The family of solutions would be contingent upon initial values of a1 or b1.

The first thing that struck me was an infinite square triangular matrix, mostly because if it existed the determinant would be the product of the diagonal, and as long as ai or bi <>0 a solution would exist. But then I noticed that it was missing a row for the first element. and the matrix wasn't square. Oh Well!

Rap

Title: Re: Infinite system of equations
Post by Eigenray on Aug 15^th, 2005, 1:28pm

Indeed, raprap, for any 0<=a₁<=2, a solution is given by a_n=a₁ⁿ, b_n=(2-a₁)ⁿ.

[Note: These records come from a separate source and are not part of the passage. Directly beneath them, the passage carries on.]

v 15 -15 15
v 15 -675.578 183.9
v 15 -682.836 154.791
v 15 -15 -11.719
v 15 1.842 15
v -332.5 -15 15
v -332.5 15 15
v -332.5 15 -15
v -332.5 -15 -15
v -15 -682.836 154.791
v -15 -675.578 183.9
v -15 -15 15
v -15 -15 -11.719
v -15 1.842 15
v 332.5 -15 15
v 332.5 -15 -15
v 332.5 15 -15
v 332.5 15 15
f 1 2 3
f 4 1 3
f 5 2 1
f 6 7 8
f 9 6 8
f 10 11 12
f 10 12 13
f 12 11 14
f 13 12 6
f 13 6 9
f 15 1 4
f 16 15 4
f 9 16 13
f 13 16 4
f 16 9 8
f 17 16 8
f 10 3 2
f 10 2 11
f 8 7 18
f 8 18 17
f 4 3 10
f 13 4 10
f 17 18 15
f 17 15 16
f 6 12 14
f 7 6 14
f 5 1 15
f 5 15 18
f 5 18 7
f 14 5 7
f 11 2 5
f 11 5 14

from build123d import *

# Parameters (mm, degrees)
BOSS_EXTRUDE1_DEPTH      = 332.5
BOSS_EXTRUDE1_DEPTH_BACK = 332.5
SKETCH1_W                = 30
SKETCH1_H                = 30
SKETCH2_W                = 30
SKETCH2_H                = 30
BOSS_EXTRUDE2_DEPTH      = 700


with BuildPart() as part:
    # Sketch1 → Boss-Extrude1 (new, two sides: drawn at the far end of the back side and taken through both)
    with BuildSketch(Plane(origin=(0, 0, 0), x_dir=(0, 0, -1), z_dir=(1, 0, 0)).offset(-BOSS_EXTRUDE1_DEPTH_BACK)):
        Rectangle(SKETCH1_W, SKETCH1_H)
    extrude(amount=BOSS_EXTRUDE1_DEPTH + BOSS_EXTRUDE1_DEPTH_BACK)

    # Sketch2 → Boss-Extrude2 (add)
    with BuildSketch(Plane(origin=(0, 0, 0), x_dir=(-1, 0, 0), z_dir=(0, -0.9702957262759964, 0.24192189559966812))):
        Rectangle(SKETCH2_W, SKETCH2_H)
    extrude(amount=BOSS_EXTRUDE2_DEPTH)


solid = part.part
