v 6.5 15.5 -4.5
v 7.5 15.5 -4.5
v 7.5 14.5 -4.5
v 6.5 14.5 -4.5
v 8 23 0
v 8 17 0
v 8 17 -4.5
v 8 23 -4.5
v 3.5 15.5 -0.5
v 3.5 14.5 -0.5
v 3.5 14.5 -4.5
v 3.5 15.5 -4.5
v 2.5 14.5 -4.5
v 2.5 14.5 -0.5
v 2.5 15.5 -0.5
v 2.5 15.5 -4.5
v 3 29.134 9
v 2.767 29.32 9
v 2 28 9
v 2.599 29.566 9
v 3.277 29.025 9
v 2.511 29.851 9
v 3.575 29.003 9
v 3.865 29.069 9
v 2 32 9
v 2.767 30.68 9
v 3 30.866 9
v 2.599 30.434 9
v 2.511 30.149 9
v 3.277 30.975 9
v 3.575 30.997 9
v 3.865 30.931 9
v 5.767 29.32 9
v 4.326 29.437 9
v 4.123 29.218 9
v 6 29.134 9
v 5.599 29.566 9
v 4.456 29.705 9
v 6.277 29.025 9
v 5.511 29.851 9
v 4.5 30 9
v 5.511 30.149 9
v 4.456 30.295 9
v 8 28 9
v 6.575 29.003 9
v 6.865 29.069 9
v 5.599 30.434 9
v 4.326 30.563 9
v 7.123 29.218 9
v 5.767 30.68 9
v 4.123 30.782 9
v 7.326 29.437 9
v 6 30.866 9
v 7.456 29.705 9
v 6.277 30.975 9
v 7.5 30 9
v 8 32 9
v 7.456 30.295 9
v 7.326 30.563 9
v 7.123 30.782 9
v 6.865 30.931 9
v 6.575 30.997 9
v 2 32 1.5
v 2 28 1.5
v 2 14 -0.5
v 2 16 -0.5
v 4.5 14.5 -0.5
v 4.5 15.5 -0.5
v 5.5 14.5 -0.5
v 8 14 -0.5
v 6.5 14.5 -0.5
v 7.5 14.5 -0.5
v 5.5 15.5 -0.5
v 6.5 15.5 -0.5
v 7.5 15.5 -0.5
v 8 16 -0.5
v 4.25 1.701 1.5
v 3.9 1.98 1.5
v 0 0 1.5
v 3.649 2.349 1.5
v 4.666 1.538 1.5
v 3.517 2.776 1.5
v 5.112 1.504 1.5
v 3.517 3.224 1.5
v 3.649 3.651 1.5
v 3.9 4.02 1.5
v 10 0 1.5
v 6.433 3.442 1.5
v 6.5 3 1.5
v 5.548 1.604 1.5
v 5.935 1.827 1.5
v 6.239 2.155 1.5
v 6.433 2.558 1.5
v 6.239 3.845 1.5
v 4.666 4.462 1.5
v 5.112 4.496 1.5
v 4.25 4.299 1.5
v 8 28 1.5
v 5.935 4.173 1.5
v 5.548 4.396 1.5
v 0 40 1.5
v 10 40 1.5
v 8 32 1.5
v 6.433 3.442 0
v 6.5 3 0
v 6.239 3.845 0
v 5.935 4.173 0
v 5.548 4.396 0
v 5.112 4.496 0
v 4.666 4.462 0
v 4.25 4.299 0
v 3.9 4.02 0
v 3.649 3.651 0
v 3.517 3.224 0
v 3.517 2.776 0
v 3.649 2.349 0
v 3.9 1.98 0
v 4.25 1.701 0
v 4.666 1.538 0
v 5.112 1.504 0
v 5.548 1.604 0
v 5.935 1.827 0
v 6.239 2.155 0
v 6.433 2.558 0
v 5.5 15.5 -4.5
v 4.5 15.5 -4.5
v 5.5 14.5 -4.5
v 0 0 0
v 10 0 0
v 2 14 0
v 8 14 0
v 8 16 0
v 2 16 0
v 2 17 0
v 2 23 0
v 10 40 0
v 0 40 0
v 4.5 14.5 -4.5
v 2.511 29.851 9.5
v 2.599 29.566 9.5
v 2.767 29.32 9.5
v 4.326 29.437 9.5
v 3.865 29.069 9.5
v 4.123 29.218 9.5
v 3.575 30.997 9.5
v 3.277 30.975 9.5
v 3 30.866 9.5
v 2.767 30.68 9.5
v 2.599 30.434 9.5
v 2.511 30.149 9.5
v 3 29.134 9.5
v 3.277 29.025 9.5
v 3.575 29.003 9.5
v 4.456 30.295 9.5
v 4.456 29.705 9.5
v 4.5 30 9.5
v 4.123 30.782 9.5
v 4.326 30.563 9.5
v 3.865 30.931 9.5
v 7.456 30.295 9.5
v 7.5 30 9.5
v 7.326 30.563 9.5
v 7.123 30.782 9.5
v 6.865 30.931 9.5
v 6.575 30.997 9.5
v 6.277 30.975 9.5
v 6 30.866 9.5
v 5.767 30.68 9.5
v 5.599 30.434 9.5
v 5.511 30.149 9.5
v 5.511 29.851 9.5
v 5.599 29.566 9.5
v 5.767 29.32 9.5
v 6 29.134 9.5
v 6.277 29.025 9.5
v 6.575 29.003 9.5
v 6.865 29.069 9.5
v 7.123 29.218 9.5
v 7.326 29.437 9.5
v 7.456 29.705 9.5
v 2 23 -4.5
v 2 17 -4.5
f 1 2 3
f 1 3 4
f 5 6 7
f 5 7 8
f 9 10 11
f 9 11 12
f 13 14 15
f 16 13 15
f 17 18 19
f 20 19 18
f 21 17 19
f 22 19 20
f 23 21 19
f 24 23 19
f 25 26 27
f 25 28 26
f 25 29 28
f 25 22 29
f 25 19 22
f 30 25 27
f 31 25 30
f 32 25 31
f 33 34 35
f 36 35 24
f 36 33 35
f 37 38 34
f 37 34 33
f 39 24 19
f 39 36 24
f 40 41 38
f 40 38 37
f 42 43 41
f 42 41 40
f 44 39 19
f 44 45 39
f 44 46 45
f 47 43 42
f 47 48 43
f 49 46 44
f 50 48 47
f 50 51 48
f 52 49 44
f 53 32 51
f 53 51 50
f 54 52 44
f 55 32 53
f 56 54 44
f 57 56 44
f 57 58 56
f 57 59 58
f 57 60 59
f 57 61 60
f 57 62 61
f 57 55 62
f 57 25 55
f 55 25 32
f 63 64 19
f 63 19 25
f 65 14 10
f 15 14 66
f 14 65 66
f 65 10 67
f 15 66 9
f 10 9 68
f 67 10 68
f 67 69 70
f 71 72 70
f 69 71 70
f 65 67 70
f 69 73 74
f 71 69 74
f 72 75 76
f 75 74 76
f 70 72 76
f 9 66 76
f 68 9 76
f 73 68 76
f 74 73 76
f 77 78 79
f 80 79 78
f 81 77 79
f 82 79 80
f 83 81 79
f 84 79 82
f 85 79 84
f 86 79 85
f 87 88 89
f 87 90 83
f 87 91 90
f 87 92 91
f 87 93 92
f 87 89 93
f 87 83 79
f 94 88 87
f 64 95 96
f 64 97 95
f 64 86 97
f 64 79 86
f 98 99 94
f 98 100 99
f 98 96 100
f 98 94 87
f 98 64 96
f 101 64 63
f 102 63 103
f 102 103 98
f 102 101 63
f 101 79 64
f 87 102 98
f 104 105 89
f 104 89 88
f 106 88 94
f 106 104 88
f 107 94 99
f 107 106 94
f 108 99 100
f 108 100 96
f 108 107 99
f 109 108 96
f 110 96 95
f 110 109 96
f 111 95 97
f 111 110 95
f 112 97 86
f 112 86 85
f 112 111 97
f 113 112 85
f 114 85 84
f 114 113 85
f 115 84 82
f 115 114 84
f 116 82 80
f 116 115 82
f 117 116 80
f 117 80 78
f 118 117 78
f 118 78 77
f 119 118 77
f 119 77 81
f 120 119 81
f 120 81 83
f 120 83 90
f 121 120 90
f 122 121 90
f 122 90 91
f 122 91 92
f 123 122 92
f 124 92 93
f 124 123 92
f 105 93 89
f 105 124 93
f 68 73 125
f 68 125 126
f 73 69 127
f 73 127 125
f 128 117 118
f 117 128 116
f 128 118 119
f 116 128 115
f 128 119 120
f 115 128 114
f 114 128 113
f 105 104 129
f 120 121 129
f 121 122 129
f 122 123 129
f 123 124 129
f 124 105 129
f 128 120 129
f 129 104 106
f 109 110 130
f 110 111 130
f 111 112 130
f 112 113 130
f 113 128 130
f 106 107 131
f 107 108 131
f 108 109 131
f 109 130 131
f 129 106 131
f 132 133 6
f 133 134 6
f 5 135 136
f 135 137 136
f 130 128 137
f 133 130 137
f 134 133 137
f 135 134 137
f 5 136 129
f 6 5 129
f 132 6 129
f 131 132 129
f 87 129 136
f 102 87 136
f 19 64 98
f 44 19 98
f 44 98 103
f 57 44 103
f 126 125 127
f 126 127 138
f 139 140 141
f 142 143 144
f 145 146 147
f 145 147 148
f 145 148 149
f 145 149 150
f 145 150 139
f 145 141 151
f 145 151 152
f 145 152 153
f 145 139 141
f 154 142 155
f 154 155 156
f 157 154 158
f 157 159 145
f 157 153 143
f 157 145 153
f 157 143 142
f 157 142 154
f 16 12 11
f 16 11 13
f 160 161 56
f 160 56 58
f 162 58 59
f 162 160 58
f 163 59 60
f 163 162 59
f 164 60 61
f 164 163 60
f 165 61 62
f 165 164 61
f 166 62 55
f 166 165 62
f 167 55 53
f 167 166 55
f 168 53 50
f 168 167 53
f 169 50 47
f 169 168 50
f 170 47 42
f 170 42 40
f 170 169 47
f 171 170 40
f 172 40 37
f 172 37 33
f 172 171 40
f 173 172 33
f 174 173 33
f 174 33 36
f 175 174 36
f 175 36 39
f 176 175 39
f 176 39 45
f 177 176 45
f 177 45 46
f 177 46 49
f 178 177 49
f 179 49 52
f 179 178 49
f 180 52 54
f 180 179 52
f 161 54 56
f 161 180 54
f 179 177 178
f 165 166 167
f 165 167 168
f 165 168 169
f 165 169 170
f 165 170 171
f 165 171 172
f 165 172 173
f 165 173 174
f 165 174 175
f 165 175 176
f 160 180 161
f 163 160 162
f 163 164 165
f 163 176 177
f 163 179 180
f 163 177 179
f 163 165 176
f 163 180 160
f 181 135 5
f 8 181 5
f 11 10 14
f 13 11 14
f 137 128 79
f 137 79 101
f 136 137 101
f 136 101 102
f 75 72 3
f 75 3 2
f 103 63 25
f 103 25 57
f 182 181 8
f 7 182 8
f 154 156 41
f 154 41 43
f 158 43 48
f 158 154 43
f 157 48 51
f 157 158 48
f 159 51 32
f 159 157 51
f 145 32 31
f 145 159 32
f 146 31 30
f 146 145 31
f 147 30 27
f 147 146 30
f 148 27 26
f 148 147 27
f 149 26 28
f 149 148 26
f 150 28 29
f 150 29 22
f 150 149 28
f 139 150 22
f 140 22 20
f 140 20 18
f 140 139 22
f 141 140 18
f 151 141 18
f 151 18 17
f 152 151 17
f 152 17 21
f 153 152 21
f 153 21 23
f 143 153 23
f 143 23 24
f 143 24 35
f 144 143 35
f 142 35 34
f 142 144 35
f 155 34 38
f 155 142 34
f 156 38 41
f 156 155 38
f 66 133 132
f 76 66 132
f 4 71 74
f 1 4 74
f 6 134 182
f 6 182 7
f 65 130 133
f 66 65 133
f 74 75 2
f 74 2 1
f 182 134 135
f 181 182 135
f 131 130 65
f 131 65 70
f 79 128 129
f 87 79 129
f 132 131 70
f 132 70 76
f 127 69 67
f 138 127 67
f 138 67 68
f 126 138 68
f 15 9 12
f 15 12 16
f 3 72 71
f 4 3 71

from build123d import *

# Parameters (mm, degrees)
SKETCH_2_W          = 10
SKETCH_2_H          = 40
SKETCH_2_R          = 1.5
EXTRUDE_1_DEPTH     = 1.5
SKETCH_3_W          = 6
SKETCH_3_H          = 4
EXTRUDE_2_DEPTH     = 8
SKETCH_3_3_W        = 6
SKETCH_3_3_H        = 6
EXTRUDE_3_DEPTH     = 6
SKETCH_3_4_W        = 6
SKETCH_3_4_H        = 2
EXTRUDE_4_DEPTH     = 2
SKETCH_4_W          = 1
SKETCH_4_H          = 1
EXTRUDE_5_DEPTH     = 4
SKETCH_5_W          = 6
SKETCH_5_H          = 4
SKETCH_5_R          = 1
CUT_EXTRUDE_1_DEPTH = 0.5


with BuildPart() as part:
    # 草圖2 → 填料-伸長1 (new body)
    with BuildSketch(Plane.XY):
        with Locations((5, 20)):
            Rectangle(SKETCH_2_W, SKETCH_2_H)
        with Locations((5, 3)):
            Circle(SKETCH_2_R, mode=Mode.SUBTRACT)
    extrude(amount=EXTRUDE_1_DEPTH)

    # 草圖3 → 填料-伸長2 (add)
    with BuildSketch(Plane.XY.offset(1.5)):
        with Locations((5, 30)):
            Rectangle(SKETCH_3_W, SKETCH_3_H)
    extrude(amount=EXTRUDE_2_DEPTH)

    # 草圖3<3> → 填料-伸長3 (add)
    with BuildSketch(Plane.XY.offset(1.5)):
        with Locations((5, 20)):
            Rectangle(SKETCH_3_3_W, SKETCH_3_3_H)
    extrude(amount=-EXTRUDE_3_DEPTH)

    # 草圖3<4> → 填料-伸長4 (add)
    with BuildSketch(Plane.XY.offset(1.5)):
        with Locations((5, 15)):
            Rectangle(SKETCH_3_4_W, SKETCH_3_4_H)
    extrude(amount=-EXTRUDE_4_DEPTH)

    # 草圖4 → 填料-伸長5 (add)
    with BuildSketch(Plane(origin=(0, 0, -0.5), x_dir=(-1, 0, 0), z_dir=(0, 0, -1))):
        with Locations((-5, 15)):
            Rectangle(SKETCH_4_W, SKETCH_4_H)
        with Locations((-7, 15)):
            Rectangle(SKETCH_4_W, SKETCH_4_H)
        with Locations((-3, 15)):
            Rectangle(SKETCH_4_W, SKETCH_4_H)
    extrude(amount=EXTRUDE_5_DEPTH)

    # 草圖5 → 除料-伸長1 (cut)
    with BuildSketch(Plane.XY.offset(9.5)):
        with Locations((5, 30)):
            Rectangle(SKETCH_5_W, SKETCH_5_H)
        with Locations((3.5, 30)):
            Circle(SKETCH_5_R, mode=Mode.SUBTRACT)
        with Locations((6.5, 30)):
            Circle(SKETCH_5_R, mode=Mode.SUBTRACT)
    extrude(amount=-CUT_EXTRUDE_1_DEPTH, mode=Mode.SUBTRACT)


solid = part.part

The surprising result is that these are the only solutions in nonnegative real numbers. I probably shouldn't have put this in medium, but I was actually wondering if someone would find an elementary solution. The proof I know requires some nontrivial results about [hide]entire functions[/hide].

Title: Re: Infinite system of equations
Post by Eigenray on Jan 21^st, 2006, 7:50pm

*Bumpity*

I guess this should have gone in the putnam section ([hide]the complex analysis section would have been a giveaway, I think[/hide]). To continue the previous hint, [hide]entire functions of finite order[/hide].

Title: Re: Infinite system of equations
Post by Eigenray on Feb 10^th, 2006, 9:36pm

Set a₀=b₀=1, and let
f(z) = [sum]_n=0^oo a_nzⁿ/n!,
g(z) = [sum]_n=0^oo b_nzⁿ/n!,
so that the given equations may be expressed as
f(z)g(z) = [sum]_n=0^oo 2ⁿzⁿ/n! = e^2z.
Since a_n, b_n are all nonnegative, they must also be bounded by 2ⁿ, so f and g are entire functions; moreover
|f(z)| < [sum] 2ⁿ|z|ⁿ/n! = e^2|z|,
and similarly for g, so they are of finite order 1. Since f(z)g(z)=e^2z, neither f nor g has any zeros, so by the Hadamard factorization theorem,
f(z) = e^r+sz, and therefore g(z) = e^-r+(2-s)z,
for some constants r,s. Since a₀=1, we have r=0, so
f(z) = e^sz = [sum] sⁿ/n! zⁿ,
and therefore a_n = sⁿ = a₁ⁿ for all n, and similarly b_n = (2 - a₁)ⁿ.

(This problem is an example in Complex Analysis, by Bak and Newman.)